HOW TO COMPLETE THIS TASK: From the line with "# Sketch4 → Cut-Extrude2 (cut)" to the line with "#4=PRODUCT_DEFINITION_FORMATION('','',#3);", retype every line exactly, including those two, and leave out the rest of the data below.

SUPPLIED RECORDS:
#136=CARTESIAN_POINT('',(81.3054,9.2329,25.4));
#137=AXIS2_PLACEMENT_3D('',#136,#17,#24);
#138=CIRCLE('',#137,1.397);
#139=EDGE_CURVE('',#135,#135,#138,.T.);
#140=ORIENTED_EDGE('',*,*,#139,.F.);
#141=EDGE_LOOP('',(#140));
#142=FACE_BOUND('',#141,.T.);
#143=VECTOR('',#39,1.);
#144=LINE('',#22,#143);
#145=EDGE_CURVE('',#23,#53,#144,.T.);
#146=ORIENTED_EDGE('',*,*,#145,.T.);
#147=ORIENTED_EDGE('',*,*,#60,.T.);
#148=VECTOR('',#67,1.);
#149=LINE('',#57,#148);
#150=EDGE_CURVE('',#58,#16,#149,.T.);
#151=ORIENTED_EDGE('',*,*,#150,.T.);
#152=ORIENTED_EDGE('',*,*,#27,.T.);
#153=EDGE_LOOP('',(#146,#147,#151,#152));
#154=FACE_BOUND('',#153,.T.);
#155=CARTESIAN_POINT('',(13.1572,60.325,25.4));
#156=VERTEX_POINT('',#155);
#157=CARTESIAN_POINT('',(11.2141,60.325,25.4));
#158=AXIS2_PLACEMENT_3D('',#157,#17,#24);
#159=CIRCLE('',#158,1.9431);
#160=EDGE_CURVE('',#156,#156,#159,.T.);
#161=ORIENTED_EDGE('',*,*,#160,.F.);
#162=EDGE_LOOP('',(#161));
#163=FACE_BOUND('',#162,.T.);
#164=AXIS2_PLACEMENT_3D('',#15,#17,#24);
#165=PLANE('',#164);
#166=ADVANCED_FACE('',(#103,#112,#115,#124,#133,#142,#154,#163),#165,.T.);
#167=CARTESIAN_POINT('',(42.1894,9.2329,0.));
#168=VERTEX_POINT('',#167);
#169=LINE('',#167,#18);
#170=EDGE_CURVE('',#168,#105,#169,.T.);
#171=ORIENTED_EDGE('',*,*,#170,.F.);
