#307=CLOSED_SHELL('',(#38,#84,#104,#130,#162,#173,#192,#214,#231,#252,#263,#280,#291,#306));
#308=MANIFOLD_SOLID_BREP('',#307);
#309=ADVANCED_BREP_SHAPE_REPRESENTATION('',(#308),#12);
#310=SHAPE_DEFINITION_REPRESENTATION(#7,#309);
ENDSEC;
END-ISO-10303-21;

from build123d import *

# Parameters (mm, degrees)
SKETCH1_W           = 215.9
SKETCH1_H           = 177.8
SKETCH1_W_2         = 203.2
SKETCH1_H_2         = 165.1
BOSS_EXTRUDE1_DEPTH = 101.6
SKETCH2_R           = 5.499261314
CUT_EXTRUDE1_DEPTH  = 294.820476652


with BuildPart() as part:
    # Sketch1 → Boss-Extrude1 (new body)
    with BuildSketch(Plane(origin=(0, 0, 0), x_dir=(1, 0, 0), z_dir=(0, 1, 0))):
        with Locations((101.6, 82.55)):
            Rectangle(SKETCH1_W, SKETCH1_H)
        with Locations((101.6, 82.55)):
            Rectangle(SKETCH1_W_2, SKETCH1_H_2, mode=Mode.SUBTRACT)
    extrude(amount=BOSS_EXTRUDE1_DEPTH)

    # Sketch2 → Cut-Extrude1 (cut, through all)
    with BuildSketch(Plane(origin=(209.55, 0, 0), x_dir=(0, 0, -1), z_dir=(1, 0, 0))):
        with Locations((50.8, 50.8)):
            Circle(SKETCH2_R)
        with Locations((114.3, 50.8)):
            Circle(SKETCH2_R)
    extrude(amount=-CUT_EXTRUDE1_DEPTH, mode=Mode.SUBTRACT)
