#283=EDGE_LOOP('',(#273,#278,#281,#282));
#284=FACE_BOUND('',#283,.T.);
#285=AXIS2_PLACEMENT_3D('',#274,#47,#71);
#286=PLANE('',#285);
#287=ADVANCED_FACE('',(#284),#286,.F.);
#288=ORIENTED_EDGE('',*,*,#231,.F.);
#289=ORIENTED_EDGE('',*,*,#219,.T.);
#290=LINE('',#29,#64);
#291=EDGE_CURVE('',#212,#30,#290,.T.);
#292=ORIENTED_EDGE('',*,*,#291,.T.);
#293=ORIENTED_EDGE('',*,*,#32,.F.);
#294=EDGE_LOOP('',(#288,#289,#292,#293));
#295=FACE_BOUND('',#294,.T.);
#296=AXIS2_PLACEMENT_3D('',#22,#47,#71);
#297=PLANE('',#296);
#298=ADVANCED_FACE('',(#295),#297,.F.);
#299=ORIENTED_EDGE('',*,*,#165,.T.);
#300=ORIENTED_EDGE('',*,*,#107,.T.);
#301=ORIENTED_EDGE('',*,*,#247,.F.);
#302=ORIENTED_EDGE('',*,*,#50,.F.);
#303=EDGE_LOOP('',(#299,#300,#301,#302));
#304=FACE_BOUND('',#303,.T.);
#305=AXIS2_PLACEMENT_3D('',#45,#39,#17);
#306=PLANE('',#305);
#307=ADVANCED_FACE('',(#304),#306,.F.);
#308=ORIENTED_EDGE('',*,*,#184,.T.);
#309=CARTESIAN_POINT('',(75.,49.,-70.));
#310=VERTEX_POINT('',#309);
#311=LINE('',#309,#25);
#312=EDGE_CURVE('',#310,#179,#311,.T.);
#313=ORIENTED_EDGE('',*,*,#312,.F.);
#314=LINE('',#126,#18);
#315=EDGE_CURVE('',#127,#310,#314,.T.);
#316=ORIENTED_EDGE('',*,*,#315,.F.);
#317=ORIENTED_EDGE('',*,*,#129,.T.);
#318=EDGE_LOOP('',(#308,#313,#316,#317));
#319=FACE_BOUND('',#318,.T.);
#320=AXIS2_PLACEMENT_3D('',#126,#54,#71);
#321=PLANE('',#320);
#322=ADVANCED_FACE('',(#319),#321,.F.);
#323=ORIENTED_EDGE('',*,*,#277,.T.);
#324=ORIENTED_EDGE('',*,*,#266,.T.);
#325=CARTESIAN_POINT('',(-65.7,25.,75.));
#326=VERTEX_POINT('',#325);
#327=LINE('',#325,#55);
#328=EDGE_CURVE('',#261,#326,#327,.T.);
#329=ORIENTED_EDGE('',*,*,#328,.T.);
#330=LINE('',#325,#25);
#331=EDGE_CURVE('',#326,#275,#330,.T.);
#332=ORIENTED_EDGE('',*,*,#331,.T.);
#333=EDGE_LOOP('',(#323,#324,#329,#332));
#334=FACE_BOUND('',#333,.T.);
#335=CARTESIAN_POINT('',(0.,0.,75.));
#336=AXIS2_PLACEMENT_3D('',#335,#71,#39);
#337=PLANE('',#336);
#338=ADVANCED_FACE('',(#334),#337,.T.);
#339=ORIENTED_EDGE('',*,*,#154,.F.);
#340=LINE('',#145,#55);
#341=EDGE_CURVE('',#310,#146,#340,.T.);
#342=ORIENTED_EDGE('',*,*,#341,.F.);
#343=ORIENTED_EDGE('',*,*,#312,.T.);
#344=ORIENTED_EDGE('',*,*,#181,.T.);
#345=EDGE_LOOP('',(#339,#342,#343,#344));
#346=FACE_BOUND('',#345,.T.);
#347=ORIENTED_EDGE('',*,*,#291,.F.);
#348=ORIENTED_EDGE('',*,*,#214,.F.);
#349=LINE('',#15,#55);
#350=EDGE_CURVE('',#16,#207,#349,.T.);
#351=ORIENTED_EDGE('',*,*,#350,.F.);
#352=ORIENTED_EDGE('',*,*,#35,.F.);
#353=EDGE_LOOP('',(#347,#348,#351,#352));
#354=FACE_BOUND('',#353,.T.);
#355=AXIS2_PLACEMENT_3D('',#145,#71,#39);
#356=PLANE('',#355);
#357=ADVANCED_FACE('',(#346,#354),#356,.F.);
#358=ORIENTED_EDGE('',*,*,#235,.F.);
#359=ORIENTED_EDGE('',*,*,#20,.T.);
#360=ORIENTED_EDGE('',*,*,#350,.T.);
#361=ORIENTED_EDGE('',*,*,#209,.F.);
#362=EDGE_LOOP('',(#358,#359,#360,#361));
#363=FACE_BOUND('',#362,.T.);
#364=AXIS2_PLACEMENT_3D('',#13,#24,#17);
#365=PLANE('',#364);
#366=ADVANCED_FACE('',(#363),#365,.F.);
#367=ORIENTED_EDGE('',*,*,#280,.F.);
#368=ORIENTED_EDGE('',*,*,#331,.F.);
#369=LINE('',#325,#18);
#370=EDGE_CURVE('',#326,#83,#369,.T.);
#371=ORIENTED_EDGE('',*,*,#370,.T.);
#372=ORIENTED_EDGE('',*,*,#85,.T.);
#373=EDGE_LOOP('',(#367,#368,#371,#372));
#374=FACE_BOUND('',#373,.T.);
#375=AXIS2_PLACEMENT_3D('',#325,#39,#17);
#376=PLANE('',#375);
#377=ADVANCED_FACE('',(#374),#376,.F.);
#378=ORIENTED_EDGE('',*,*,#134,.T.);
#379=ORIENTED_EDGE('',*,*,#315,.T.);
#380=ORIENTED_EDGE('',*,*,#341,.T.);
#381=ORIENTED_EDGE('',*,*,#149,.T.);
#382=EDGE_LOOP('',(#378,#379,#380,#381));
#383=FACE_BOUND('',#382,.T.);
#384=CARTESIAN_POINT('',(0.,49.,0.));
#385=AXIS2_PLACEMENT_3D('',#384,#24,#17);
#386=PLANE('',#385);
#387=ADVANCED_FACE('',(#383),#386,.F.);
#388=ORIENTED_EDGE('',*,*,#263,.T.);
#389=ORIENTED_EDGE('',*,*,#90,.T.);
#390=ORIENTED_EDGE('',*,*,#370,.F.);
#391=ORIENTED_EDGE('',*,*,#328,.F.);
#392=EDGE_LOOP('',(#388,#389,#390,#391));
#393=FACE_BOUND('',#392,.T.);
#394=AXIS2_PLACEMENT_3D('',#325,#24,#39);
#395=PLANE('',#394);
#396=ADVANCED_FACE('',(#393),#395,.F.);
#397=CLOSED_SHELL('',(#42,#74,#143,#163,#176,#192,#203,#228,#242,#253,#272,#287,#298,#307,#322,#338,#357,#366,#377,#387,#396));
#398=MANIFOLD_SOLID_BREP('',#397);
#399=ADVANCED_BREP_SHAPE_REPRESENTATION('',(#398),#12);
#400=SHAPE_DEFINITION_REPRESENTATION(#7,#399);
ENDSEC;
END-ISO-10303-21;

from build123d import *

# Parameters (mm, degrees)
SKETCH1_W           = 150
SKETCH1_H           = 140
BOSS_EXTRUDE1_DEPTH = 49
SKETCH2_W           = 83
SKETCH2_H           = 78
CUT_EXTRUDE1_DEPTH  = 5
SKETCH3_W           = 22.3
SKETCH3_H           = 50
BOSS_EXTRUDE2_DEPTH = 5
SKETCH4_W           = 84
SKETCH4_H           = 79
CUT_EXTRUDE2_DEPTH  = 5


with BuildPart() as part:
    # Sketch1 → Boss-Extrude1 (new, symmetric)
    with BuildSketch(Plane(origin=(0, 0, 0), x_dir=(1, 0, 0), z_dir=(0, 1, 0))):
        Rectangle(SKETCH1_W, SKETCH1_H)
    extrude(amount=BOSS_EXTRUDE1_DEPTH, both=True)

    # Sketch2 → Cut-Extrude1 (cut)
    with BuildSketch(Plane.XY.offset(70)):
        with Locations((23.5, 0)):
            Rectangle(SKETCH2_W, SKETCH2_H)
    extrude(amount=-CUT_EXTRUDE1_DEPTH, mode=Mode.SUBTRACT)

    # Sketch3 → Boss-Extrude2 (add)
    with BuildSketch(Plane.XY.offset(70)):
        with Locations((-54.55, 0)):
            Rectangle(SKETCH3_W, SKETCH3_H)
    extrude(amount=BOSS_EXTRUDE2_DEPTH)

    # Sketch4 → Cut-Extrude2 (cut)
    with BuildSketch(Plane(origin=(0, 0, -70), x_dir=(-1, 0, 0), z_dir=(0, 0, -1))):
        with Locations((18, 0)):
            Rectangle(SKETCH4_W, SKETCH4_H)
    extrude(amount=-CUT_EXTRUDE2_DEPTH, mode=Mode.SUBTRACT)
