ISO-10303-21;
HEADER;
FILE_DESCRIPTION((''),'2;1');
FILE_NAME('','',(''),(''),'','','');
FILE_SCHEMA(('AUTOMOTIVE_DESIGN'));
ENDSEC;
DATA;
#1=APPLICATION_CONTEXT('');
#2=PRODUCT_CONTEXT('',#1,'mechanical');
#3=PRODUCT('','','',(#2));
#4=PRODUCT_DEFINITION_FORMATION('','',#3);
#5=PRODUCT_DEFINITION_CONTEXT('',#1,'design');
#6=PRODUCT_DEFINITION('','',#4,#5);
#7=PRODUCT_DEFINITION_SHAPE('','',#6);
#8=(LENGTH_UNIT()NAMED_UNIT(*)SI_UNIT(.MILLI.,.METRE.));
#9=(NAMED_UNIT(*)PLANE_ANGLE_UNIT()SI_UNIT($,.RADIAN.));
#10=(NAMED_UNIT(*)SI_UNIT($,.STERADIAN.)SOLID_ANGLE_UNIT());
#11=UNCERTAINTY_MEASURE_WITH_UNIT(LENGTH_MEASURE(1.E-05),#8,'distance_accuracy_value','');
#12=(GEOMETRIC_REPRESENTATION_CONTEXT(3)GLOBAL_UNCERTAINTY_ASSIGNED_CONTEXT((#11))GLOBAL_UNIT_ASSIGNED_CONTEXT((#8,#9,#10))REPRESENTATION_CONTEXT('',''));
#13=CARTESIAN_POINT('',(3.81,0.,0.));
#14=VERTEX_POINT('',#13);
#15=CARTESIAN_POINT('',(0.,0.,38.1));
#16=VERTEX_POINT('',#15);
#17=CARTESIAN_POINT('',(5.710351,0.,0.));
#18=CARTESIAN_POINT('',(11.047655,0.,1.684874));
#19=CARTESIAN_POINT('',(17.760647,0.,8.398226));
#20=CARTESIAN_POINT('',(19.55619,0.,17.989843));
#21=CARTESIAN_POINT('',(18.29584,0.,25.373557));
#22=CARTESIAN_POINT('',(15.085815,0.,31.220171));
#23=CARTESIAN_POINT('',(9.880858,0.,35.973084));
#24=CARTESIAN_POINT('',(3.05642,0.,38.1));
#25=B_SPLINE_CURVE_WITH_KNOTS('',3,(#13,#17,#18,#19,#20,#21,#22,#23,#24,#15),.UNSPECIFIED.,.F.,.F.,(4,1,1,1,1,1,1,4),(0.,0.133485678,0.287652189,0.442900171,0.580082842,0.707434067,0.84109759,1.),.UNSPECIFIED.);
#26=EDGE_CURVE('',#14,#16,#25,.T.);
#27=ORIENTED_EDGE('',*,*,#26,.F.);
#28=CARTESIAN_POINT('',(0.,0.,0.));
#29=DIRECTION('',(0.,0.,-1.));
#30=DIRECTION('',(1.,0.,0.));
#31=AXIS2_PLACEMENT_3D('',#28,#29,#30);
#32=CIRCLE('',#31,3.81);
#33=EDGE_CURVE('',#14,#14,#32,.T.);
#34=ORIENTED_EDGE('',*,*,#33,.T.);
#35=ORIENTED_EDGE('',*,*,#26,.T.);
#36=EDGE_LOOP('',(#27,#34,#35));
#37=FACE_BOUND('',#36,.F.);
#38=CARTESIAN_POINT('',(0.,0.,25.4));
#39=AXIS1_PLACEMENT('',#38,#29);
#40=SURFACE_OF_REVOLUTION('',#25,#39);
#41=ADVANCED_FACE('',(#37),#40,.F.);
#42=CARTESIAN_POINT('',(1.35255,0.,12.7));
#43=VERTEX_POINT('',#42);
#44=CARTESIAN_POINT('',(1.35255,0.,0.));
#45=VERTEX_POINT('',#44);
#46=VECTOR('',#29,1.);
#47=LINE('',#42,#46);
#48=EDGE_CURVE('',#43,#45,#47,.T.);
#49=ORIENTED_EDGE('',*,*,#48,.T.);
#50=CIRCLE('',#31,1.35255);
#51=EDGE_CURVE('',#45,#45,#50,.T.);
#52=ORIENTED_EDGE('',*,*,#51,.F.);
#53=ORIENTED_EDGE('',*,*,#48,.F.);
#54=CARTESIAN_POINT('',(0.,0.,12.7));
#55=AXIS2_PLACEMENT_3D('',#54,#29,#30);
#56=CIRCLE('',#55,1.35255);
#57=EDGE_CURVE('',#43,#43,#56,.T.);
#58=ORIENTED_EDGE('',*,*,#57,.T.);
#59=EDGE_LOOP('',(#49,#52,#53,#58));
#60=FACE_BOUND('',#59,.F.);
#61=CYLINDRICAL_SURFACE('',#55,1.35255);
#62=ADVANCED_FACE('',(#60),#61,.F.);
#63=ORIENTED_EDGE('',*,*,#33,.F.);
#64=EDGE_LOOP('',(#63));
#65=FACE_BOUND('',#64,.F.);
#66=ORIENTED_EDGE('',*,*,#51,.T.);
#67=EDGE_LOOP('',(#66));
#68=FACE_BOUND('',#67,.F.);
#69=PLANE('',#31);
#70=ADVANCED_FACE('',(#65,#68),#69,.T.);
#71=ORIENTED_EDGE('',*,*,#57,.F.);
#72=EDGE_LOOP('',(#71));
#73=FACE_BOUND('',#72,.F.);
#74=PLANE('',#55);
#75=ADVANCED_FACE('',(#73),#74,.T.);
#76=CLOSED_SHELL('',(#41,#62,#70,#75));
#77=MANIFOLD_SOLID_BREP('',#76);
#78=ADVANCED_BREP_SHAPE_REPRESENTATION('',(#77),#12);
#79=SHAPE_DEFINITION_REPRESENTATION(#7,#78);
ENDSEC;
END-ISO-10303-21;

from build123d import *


with BuildPart() as f1:
    # F0 (on Front) → F1 (revolve)
    with BuildSketch(Plane.XZ):
        with BuildLine():
            Line((1.35255, 12.7), (1.35255, 0))
            Line((1.35255, 0), (3.81, 0))
            add(Edge.make_bspline(
                [(3.81, 0), (5.7103510496, 0), (11.0476554315, 1.6848743916), (17.760647439, 8.3982261221), (19.5561904334, 17.989843303), (18.2958398926, 25.3735565008), (15.0858149108, 31.2201708759), (9.880858129, 35.9730835319), (3.0564195196, 38.1), (0, 38.1)],
                knots=[0, 0, 0, 0, 0.1334856775, 0.287652189, 0.442900171, 0.5800828425, 0.7074340674, 0.8410975899, 1, 1, 1, 1], degree=3))
            Line((0, 38.1), (0, 12.7))
            Line((0, 12.7), (1.35255, 12.7))
        make_face()
    revolve(axis=Axis((0, 0, 25.4), (0, 0, -1)))


solid = f1.part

RESPONSE AREA:
    # Sketch4 → Cut-Extrude2 (cut)
    with BuildSketch(Plane(origin=(0, 0, -70), x_dir=(-1, 0, 0), z_dir=(0, 0, -1))):
        with Locations((18, 0)):
            Rectangle(SKETCH4_W, SKETCH4_H)
    extrude(amount=-CUT_EXTRUDE2_DEPTH, mode=Mode.SUBTRACT)
ISO-10303-21;
HEADER;
FILE_DESCRIPTION((''),'2;1');
FILE_NAME('','',(''),(''),'','','');
FILE_SCHEMA(('AUTOMOTIVE_DESIGN'));
ENDSEC;
DATA;
#1=APPLICATION_CONTEXT('');
#2=PRODUCT_CONTEXT('',#1,'mechanical');
#3=PRODUCT('','','',(#2));
#4=PRODUCT_DEFINITION_FORMATION('','',#3);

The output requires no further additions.